WHAT IS EXPECTED → Would you please retype, exactly, the lines of the listing below between the line with "v 30 15 -18" and the line with "v -18.395 15.875 15.086", inclusive?

GIVEN ENTRIES →

_ _ _ _

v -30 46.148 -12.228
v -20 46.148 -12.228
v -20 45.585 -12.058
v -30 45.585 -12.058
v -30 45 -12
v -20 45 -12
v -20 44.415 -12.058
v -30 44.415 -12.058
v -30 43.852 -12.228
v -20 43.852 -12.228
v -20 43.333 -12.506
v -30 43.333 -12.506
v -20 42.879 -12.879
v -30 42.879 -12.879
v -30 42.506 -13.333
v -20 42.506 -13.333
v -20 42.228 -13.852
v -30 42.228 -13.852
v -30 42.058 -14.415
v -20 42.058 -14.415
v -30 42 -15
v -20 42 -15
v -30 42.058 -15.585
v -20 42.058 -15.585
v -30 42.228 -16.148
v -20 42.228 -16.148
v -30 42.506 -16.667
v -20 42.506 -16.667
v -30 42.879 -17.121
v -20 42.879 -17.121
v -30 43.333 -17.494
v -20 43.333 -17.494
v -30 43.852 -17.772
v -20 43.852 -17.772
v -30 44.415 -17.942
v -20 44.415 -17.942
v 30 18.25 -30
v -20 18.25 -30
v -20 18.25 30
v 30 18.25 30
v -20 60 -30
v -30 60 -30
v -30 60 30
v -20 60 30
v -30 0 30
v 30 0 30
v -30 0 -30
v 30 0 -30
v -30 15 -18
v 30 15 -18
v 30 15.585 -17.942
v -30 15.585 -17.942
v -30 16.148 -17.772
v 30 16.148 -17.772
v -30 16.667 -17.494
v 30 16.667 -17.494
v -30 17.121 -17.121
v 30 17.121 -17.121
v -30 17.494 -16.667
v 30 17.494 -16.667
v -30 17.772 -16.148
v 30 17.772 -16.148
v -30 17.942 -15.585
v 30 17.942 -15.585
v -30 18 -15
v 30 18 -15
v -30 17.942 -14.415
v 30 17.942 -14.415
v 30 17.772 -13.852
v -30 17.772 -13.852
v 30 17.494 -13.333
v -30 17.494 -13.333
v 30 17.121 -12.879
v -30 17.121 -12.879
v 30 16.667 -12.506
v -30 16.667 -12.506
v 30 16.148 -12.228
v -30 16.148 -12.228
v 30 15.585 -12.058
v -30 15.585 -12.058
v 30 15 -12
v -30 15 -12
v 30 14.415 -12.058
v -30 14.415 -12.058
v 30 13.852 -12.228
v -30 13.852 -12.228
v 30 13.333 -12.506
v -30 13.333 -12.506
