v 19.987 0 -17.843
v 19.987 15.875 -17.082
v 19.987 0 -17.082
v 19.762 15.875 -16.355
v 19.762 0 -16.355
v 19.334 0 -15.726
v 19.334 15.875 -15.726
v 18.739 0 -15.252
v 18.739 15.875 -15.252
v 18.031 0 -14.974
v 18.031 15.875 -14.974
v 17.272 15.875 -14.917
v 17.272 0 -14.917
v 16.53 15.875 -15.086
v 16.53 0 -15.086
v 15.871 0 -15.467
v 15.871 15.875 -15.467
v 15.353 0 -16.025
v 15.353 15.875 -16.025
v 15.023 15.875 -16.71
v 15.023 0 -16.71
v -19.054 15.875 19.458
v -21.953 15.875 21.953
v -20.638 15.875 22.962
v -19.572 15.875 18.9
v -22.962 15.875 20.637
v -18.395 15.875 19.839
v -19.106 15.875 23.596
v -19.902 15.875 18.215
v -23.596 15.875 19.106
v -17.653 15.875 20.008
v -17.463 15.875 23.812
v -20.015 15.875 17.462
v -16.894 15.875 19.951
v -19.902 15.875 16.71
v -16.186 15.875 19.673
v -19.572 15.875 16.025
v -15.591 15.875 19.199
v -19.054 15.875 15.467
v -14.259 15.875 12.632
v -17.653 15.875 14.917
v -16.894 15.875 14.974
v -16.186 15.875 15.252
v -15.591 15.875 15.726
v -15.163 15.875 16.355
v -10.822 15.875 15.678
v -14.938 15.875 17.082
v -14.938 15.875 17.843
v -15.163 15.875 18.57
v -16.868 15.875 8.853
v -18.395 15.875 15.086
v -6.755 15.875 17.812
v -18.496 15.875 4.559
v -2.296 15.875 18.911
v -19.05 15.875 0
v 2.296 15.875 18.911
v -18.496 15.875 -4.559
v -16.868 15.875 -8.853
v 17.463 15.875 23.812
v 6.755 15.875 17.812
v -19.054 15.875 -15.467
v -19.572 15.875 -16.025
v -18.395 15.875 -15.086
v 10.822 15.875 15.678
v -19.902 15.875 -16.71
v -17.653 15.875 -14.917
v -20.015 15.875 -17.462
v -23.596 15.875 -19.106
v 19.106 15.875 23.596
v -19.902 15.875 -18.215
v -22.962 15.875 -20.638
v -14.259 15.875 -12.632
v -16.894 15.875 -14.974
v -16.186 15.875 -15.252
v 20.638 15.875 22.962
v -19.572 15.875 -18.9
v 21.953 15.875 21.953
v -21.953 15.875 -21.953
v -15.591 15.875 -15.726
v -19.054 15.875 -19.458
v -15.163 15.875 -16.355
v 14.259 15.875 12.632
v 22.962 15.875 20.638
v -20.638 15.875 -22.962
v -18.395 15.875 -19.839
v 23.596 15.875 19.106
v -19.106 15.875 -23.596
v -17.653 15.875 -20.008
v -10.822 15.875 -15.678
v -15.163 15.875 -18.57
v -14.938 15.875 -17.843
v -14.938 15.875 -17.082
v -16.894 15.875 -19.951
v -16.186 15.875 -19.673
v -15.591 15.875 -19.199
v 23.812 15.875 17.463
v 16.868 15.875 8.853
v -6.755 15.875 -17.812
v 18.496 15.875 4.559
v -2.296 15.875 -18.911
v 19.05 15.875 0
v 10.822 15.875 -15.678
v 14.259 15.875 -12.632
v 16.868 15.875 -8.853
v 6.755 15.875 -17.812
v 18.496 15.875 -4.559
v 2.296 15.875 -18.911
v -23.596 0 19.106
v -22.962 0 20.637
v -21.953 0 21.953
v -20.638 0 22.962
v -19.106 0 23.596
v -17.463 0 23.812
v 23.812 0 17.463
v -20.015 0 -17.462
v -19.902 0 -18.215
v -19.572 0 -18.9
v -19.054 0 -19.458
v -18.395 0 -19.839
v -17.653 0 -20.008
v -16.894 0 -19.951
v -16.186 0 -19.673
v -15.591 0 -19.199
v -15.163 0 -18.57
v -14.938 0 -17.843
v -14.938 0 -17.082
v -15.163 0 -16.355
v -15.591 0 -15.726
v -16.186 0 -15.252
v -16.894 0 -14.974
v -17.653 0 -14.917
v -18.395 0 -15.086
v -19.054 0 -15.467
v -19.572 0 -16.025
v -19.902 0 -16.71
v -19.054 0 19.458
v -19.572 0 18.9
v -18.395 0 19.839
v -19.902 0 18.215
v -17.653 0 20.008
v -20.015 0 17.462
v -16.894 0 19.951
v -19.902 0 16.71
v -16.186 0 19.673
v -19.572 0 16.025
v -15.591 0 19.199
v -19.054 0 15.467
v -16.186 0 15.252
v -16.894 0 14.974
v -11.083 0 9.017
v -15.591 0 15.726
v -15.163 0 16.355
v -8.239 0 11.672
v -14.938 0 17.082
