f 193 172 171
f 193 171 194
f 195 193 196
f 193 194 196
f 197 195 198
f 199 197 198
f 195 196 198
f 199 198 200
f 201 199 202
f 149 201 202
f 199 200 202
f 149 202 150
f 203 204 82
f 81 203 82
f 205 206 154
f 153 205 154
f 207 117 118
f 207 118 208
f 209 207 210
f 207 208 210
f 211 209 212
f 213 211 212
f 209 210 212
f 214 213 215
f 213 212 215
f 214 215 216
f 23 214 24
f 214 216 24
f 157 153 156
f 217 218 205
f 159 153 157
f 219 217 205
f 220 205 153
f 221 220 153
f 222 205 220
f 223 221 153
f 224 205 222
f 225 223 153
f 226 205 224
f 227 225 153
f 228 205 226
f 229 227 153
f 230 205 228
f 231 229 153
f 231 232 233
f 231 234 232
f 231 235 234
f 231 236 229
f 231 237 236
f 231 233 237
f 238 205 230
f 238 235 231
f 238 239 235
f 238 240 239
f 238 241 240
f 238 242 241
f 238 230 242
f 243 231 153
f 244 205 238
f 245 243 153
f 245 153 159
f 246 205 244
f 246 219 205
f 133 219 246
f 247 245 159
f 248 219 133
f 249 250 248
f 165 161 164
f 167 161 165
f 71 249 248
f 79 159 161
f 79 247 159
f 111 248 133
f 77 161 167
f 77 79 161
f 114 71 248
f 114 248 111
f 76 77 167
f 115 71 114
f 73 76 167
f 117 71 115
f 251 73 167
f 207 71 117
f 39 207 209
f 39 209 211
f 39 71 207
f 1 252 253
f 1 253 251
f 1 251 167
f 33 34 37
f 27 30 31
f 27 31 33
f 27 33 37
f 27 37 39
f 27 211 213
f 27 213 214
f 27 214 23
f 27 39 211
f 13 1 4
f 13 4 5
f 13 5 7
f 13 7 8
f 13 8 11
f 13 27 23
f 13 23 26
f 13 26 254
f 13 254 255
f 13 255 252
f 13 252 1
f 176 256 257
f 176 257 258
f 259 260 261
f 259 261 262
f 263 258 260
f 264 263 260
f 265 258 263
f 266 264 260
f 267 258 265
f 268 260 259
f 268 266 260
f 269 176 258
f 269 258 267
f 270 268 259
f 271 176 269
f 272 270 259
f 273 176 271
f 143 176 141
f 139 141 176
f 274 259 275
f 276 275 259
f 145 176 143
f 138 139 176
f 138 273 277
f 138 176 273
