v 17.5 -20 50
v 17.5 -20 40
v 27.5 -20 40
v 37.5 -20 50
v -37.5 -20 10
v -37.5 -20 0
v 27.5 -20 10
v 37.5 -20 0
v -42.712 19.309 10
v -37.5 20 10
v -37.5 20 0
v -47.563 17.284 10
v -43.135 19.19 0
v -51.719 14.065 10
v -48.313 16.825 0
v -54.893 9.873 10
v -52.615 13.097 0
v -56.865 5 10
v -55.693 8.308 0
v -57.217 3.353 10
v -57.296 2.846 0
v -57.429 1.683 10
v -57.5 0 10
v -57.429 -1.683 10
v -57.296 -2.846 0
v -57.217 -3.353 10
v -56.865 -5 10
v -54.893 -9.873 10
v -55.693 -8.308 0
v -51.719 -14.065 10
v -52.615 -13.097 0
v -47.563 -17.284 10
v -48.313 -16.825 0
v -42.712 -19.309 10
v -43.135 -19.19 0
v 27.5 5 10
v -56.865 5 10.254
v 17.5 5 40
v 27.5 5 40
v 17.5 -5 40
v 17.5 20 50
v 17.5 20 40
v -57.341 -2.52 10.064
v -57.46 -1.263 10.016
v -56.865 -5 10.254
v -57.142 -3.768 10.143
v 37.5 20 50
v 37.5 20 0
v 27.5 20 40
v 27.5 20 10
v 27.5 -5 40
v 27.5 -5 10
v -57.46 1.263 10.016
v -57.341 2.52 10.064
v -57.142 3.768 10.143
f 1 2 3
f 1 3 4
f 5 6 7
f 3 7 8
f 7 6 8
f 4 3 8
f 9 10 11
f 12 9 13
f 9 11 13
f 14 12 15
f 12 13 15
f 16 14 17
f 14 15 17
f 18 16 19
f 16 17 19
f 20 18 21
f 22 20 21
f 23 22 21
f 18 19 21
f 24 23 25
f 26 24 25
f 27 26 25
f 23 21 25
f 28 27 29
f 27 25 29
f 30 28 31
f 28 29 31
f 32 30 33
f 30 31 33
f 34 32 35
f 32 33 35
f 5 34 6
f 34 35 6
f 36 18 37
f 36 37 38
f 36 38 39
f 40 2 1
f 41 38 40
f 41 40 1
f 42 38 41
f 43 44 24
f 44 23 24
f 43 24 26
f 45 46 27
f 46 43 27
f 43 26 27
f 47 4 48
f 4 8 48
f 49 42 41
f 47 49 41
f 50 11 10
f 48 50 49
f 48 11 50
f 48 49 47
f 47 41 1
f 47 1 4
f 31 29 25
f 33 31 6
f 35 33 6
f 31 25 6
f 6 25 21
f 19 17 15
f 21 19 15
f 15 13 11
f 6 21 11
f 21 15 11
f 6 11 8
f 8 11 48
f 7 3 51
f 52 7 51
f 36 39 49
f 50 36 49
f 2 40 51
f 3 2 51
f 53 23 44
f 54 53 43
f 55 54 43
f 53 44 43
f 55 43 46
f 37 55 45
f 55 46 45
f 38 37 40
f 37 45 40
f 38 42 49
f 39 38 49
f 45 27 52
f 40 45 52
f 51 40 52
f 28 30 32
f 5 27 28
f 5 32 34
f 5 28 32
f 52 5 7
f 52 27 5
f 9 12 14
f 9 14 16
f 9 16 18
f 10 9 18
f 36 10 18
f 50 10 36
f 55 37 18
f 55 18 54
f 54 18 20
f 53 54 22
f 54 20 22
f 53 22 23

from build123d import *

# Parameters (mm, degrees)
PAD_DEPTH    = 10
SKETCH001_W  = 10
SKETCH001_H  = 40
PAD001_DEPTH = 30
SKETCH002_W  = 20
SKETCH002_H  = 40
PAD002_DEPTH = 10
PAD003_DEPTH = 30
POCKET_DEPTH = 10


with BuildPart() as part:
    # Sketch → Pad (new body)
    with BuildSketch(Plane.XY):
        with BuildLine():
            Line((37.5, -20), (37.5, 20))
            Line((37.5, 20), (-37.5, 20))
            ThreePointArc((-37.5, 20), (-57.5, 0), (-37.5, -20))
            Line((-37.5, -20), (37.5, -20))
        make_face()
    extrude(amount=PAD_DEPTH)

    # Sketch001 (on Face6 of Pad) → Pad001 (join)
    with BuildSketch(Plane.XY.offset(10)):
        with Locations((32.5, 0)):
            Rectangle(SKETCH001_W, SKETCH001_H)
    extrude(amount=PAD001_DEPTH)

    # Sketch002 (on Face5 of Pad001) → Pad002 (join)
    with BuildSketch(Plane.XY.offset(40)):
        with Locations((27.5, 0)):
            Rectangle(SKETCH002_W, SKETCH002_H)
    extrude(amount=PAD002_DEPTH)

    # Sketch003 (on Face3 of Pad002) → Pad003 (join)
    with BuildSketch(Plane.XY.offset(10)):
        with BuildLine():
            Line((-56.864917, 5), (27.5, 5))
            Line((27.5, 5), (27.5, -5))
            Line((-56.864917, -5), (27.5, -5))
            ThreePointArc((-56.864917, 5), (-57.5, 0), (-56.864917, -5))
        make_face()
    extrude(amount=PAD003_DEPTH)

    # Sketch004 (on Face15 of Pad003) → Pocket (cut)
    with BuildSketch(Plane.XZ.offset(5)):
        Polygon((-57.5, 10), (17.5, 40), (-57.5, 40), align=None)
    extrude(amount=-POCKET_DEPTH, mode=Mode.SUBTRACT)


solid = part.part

_ _ _ _

YOUR SOLUTION →
v 30 15 -18
v 30 15.585 -17.942
v -30 15.585 -17.942
v -30 16.148 -17.772
v 30 16.148 -17.772
v -30 16.667 -17.494
v 30 16.667 -17.494
v -30 17.121 -17.121
v 30 17.121 -17.121
v -30 17.494 -16.667
v 30 17.494 -16.667
v -30 17.772 -16.148
v 30 17.772 -16.148
v -30 17.942 -15.585
v 30 17.942 -15.585
v -30 18 -15
v 30 18 -15
v -30 17.942 -14.415
v 30 17.942 -14.415
v 30 17.772 -13.852
v -30 17.772 -13.852
v 30 17.494 -13.333
v -30 17.494 -13.333
v 30 17.121 -12.879
v -30 17.121 -12.879
v 30 16.667 -12.506
v -30 16.667 -12.506
v 30 16.148 -12.228
v -30 16.148 -12.228
v 30 15.585 -12.058
v -30 15.585 -12.058
v 30 15 -12
v -30 15 -12
v 30 14.415 -12.058
v -30 14.415 -12.058
v 30 13.852 -12.228
v -30 13.852 -12.228
v 30 13.333 -12.506
v -30 13.333 -12.506
v 19.987 0 -17.843
v 19.987 15.875 -17.082
v 19.987 0 -17.082
v 19.762 15.875 -16.355
v 19.762 0 -16.355
v 19.334 0 -15.726
v 19.334 15.875 -15.726
v 18.739 0 -15.252
v 18.739 15.875 -15.252
v 18.031 0 -14.974
v 18.031 15.875 -14.974
v 17.272 15.875 -14.917
v 17.272 0 -14.917
v 16.53 15.875 -15.086
v 16.53 0 -15.086
v 15.871 0 -15.467
v 15.871 15.875 -15.467
v 15.353 0 -16.025
v 15.353 15.875 -16.025
v 15.023 15.875 -16.71
v 15.023 0 -16.71
v -19.054 15.875 19.458
v -21.953 15.875 21.953
v -20.638 15.875 22.962
v -19.572 15.875 18.9
v -22.962 15.875 20.637
v -18.395 15.875 19.839
v -19.106 15.875 23.596
v -19.902 15.875 18.215
v -23.596 15.875 19.106
v -17.653 15.875 20.008
v -17.463 15.875 23.812
v -20.015 15.875 17.462
v -16.894 15.875 19.951
v -19.902 15.875 16.71
v -16.186 15.875 19.673
v -19.572 15.875 16.025
v -15.591 15.875 19.199
v -19.054 15.875 15.467
v -14.259 15.875 12.632
v -17.653 15.875 14.917
v -16.894 15.875 14.974
v -16.186 15.875 15.252
v -15.591 15.875 15.726
v -15.163 15.875 16.355
v -10.822 15.875 15.678
v -14.938 15.875 17.082
v -14.938 15.875 17.843
v -15.163 15.875 18.57
v -16.868 15.875 8.853
v -18.395 15.875 15.086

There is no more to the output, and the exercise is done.